Another EGFR TKI, CLN-081 (TAS6417), has been assessed in 43 patients with EGFR exon 20 insertion mutations who previously received platinum chemotherapy.14 Eighteen percent of patients previously received a first- or second-generation EGFR TKI, 20% previously received osimertinib, and 9% previously received poziotinib/mobocertinib. Moreover, 56% of these patients previously received immunotherapy.
At all dose levels examined, the agent was found to produce an ORR of 31%; when given at a twice-daily dose of 100 mg, the CLN-081 elicited an ORR of 46%. Notably, efficacy was observed across all EGFR exon 20 insertion subtypes examined. A key treatment-related toxicity was rash, and that was reported in 73% of patients.

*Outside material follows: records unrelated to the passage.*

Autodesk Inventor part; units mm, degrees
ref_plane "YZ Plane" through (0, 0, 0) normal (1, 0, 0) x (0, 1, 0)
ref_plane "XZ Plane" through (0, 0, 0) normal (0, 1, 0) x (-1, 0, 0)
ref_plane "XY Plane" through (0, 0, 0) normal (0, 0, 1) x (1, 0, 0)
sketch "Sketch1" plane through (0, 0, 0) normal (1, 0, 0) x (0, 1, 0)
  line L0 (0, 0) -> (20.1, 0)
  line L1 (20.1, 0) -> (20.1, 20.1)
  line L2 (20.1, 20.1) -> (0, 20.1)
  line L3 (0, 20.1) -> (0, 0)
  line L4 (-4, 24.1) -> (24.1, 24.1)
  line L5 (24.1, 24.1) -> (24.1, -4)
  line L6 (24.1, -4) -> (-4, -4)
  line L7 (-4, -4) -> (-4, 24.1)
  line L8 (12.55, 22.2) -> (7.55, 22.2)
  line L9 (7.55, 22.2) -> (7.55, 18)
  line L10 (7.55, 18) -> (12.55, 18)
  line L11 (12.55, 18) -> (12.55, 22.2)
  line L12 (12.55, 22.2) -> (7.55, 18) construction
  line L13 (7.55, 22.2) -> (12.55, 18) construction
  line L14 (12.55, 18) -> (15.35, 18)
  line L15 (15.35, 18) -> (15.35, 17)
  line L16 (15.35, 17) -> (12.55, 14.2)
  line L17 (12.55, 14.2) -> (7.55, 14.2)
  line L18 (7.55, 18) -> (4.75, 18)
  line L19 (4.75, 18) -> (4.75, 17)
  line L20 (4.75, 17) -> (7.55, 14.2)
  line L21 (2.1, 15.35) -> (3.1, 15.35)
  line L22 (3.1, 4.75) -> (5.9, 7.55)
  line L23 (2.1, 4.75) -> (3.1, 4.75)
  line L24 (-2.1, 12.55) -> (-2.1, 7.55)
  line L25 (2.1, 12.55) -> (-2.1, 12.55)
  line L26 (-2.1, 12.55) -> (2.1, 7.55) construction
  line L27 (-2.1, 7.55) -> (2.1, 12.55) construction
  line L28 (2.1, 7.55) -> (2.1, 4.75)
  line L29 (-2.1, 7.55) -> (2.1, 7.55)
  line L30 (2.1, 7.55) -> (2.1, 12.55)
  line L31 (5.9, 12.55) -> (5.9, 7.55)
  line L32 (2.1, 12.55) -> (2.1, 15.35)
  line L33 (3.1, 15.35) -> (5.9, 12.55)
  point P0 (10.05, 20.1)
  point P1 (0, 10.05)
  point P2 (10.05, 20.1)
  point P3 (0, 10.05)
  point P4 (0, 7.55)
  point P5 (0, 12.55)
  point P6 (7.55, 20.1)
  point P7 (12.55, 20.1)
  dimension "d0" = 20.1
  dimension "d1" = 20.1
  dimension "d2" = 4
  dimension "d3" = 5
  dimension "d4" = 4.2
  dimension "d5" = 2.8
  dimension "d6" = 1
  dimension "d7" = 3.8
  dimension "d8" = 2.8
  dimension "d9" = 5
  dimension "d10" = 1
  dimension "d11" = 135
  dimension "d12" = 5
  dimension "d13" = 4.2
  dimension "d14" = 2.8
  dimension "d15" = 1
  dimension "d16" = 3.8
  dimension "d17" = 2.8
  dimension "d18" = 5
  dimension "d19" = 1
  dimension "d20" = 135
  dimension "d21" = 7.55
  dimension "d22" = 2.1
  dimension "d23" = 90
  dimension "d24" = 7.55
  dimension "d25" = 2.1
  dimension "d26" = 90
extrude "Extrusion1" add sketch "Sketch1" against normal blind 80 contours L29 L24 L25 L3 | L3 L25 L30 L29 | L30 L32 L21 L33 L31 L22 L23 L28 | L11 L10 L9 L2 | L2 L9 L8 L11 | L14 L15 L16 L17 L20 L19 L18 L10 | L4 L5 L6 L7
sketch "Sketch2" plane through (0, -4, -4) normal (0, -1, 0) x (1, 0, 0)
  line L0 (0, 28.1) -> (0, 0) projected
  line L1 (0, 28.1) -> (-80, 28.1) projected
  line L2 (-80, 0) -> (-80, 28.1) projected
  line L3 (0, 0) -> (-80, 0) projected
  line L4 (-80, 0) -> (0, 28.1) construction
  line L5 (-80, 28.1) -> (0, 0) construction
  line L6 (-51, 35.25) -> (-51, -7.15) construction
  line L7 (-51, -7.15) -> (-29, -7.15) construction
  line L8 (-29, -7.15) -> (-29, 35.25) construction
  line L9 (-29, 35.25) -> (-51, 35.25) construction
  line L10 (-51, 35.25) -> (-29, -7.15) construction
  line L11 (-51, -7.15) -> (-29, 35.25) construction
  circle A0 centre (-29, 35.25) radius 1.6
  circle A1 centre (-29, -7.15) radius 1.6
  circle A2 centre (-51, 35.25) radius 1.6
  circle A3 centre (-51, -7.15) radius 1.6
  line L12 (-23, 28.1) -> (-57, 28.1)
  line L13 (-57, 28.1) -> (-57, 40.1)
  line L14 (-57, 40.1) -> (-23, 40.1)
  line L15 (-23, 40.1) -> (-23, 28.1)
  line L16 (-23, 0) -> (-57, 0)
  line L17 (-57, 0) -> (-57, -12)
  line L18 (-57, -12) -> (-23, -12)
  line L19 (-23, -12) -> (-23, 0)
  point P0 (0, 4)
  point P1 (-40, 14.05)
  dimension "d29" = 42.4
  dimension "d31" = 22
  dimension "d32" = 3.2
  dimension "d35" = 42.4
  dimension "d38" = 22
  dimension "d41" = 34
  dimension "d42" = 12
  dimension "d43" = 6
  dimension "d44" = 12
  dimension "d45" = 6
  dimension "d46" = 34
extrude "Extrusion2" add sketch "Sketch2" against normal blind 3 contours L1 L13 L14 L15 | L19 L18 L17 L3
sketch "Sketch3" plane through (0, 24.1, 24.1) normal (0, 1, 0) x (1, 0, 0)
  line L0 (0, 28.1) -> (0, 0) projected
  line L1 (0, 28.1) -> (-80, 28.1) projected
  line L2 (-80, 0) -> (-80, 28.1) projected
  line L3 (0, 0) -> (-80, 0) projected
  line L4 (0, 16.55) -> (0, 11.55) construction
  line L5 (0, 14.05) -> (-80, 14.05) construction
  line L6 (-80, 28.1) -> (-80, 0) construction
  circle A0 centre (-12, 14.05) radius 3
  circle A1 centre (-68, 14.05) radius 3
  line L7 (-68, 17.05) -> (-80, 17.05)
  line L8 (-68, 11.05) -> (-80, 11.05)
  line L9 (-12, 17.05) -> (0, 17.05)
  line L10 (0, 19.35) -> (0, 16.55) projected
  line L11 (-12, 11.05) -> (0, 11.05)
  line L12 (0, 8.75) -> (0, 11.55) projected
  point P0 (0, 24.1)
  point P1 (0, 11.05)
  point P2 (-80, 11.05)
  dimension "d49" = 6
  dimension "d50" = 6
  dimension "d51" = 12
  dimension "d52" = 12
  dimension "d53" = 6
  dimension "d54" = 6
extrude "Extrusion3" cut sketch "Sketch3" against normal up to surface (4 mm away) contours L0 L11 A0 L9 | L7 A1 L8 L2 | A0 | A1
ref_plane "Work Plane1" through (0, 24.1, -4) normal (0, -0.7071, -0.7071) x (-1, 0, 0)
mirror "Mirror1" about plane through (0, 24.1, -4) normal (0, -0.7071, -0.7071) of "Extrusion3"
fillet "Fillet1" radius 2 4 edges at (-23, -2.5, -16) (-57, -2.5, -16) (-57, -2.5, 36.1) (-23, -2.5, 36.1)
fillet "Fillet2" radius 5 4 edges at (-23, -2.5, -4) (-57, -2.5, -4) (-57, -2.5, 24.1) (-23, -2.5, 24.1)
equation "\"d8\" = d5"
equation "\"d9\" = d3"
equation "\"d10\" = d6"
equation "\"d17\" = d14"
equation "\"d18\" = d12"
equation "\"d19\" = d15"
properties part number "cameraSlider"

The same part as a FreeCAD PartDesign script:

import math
import FreeCAD as App
import Part
import Sketcher


def edges_at(feature, points):
    """Names of the edges that pass closest to the given points."""
    edges = feature.Shape.Edges
    near = lambda p: min(range(len(edges)), key=lambda i: edges[i].distToShape(Part.Vertex(*p))[0])
    return sorted({f"Edge{near(p) + 1}" for p in points})


def add_polygon(sketch, points):
    """Adds a closed chain of lines whose ends are joined by coincident constraints."""
    first, n = sketch.GeometryCount, len(points)
    for a, b in zip(points, points[1:] + points[:1]):
        sketch.addGeometry(Part.LineSegment(App.Vector(*a, 0), App.Vector(*b, 0)), False)
    for i in range(n):
        sketch.addConstraint(Sketcher.Constraint("Coincident", first + i, 2, first + (i + 1) % n, 1))

doc = App.newDocument("Part")
body = doc.addObject("PartDesign::Body", "Body")

# Sketch on YZ plane
sketch1 = body.newObject("Sketcher::SketchObject", "Sketch")
sketch1.AttachmentSupport = (doc.getObject("YZ_Plane"), [""])
sketch1.MapMode = "FlatFace"
add_polygon(sketch1, [(24.1, 24.1), (-4, 24.1), (-4, -4), (24.1, -4)])  # lines 0-3
add_polygon(sketch1, [(20.1, 0), (0, 0), (0, 7.5), (2.1, 7.5), (2.1, 4.8), (3.1, 4.8), (5.9, 7.5), (5.9, 12.6), (3.1, 15.3), (2.1, 15.3), (2.1, 12.6), (0, 12.6), (0, 20.1), (7.5, 20.1), (7.5, 18), (4.8, 18), (4.8, 17), (7.5, 14.2), (12.6, 14.2), (15.3, 17), (15.3, 18), (12.6, 18), (12.6, 20.1), (20.1, 20.1)])  # lines 4-27
sketch1.addConstraint([
    Sketcher.Constraint("Horizontal", 0),
    Sketcher.Constraint("Vertical", 1),
    Sketcher.Constraint("Horizontal", 2),
    Sketcher.Constraint("Vertical", 3),
    Sketcher.Constraint("Horizontal", 4),
    Sketcher.Constraint("Vertical", 5),
    Sketcher.Constraint("Horizontal", 6),
    Sketcher.Constraint("Vertical", 7),
    Sketcher.Constraint("Horizontal", 8),
    Sketcher.Constraint("Vertical", 10),
    Sketcher.Constraint("Horizontal", 12),
    Sketcher.Constraint("Vertical", 13),
    Sketcher.Constraint("Horizontal", 14),
    Sketcher.Constraint("Vertical", 15),
    Sketcher.Constraint("Horizontal", 16),
    Sketcher.Constraint("Vertical", 17),
    Sketcher.Constraint("Horizontal", 18),
    Sketcher.Constraint("Vertical", 19),
    Sketcher.Constraint("Horizontal", 21),
    Sketcher.Constraint("Vertical", 23),
    Sketcher.Constraint("Horizontal", 24),
    Sketcher.Constraint("Vertical", 25),
    Sketcher.Constraint("Horizontal", 26),
    Sketcher.Constraint("Vertical", 27),
    Sketcher.Constraint("Coincident", 4, 2, -1, 1),
    Sketcher.Constraint("PointOnObject", 14, 2, -2),
    Sketcher.Constraint("Perpendicular", 9, 11),
    Sketcher.Constraint("Parallel", 11, 20),
    Sketcher.Constraint("Perpendicular", 20, 22),
    Sketcher.Constraint("Horizontal", 6, 2, 9, 2),
    Sketcher.Constraint("Horizontal", 10, 2, 13, 2),
    Sketcher.Constraint("Horizontal", 19, 2, 22, 2),
    Sketcher.Constraint("Horizontal", 18, 2, 23, 2),
    Sketcher.Constraint("Horizontal", 16, 2, 25, 2),
    Sketcher.Constraint("Vertical", 8, 2, 11, 2),
    Sketcher.Constraint("Vertical", 7, 2, 12, 2),
    Sketcher.Constraint("Vertical", 17, 2, 20, 2),
    Sketcher.Constraint("Vertical", 21, 2, 24, 2),
    Sketcher.Constraint("Equal", 18, 24),
    Sketcher.Constraint("Equal", 16, 26),
    Sketcher.Constraint("Equal", 2, 1),
    Sketcher.Constraint("Equal", 26, 5),
    Sketcher.Constraint("Equal", 24, 7),
    Sketcher.Constraint("Equal", 21, 10),
    Sketcher.Constraint("Equal", 5, 15),
    Sketcher.Constraint("Equal", 14, 17),
    Sketcher.Constraint("Equal", 12, 19),
    Sketcher.Constraint("DistanceX", 8, 1, 8, 2, 1.0),
    Sketcher.Constraint("DistanceX", 21, 1, 21, 2, 5.0),
    Sketcher.Constraint("DistanceX", 4, 2, 4, 1, 20.1),
    Sketcher.Constraint("DistanceX", 6, 1, 6, 2, 2.1),
    Sketcher.Constraint("DistanceX", 18, 2, 18, 1, 2.8),
    Sketcher.Constraint("DistanceX", 0, 2, -1, 1, 4.0),
    Sketcher.Constraint("DistanceY", 1, 2, -1, 1, 4.0),
    Sketcher.Constraint("DistanceY", 15, 2, 0, 2, 4.0),
])
pad1 = body.newObject("PartDesign::Pad", "Pad")
pad1.Profile = sketch1
pad1.Length = 80
pad1.Reversed = True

Lastly, poziotinib has also been investigated as a potential therapeutic option in 87 patients with EGFR exon 20 insertion mutations who previously received chemotherapy. Twenty-five percent of these patients also previously received an EGFR TKI.
Findings showed that poziotinib resulted in a median PFS of 4.2 months and a median DOR of 7.4 months, with efficacy observed across all EGFR exon 20 insertion subtypes. The most common treatment-related toxicities included diarrhea (79%), rash (60%), stomatitis (52%), paronychia (45%), nausea (38%), and anorexia (31%).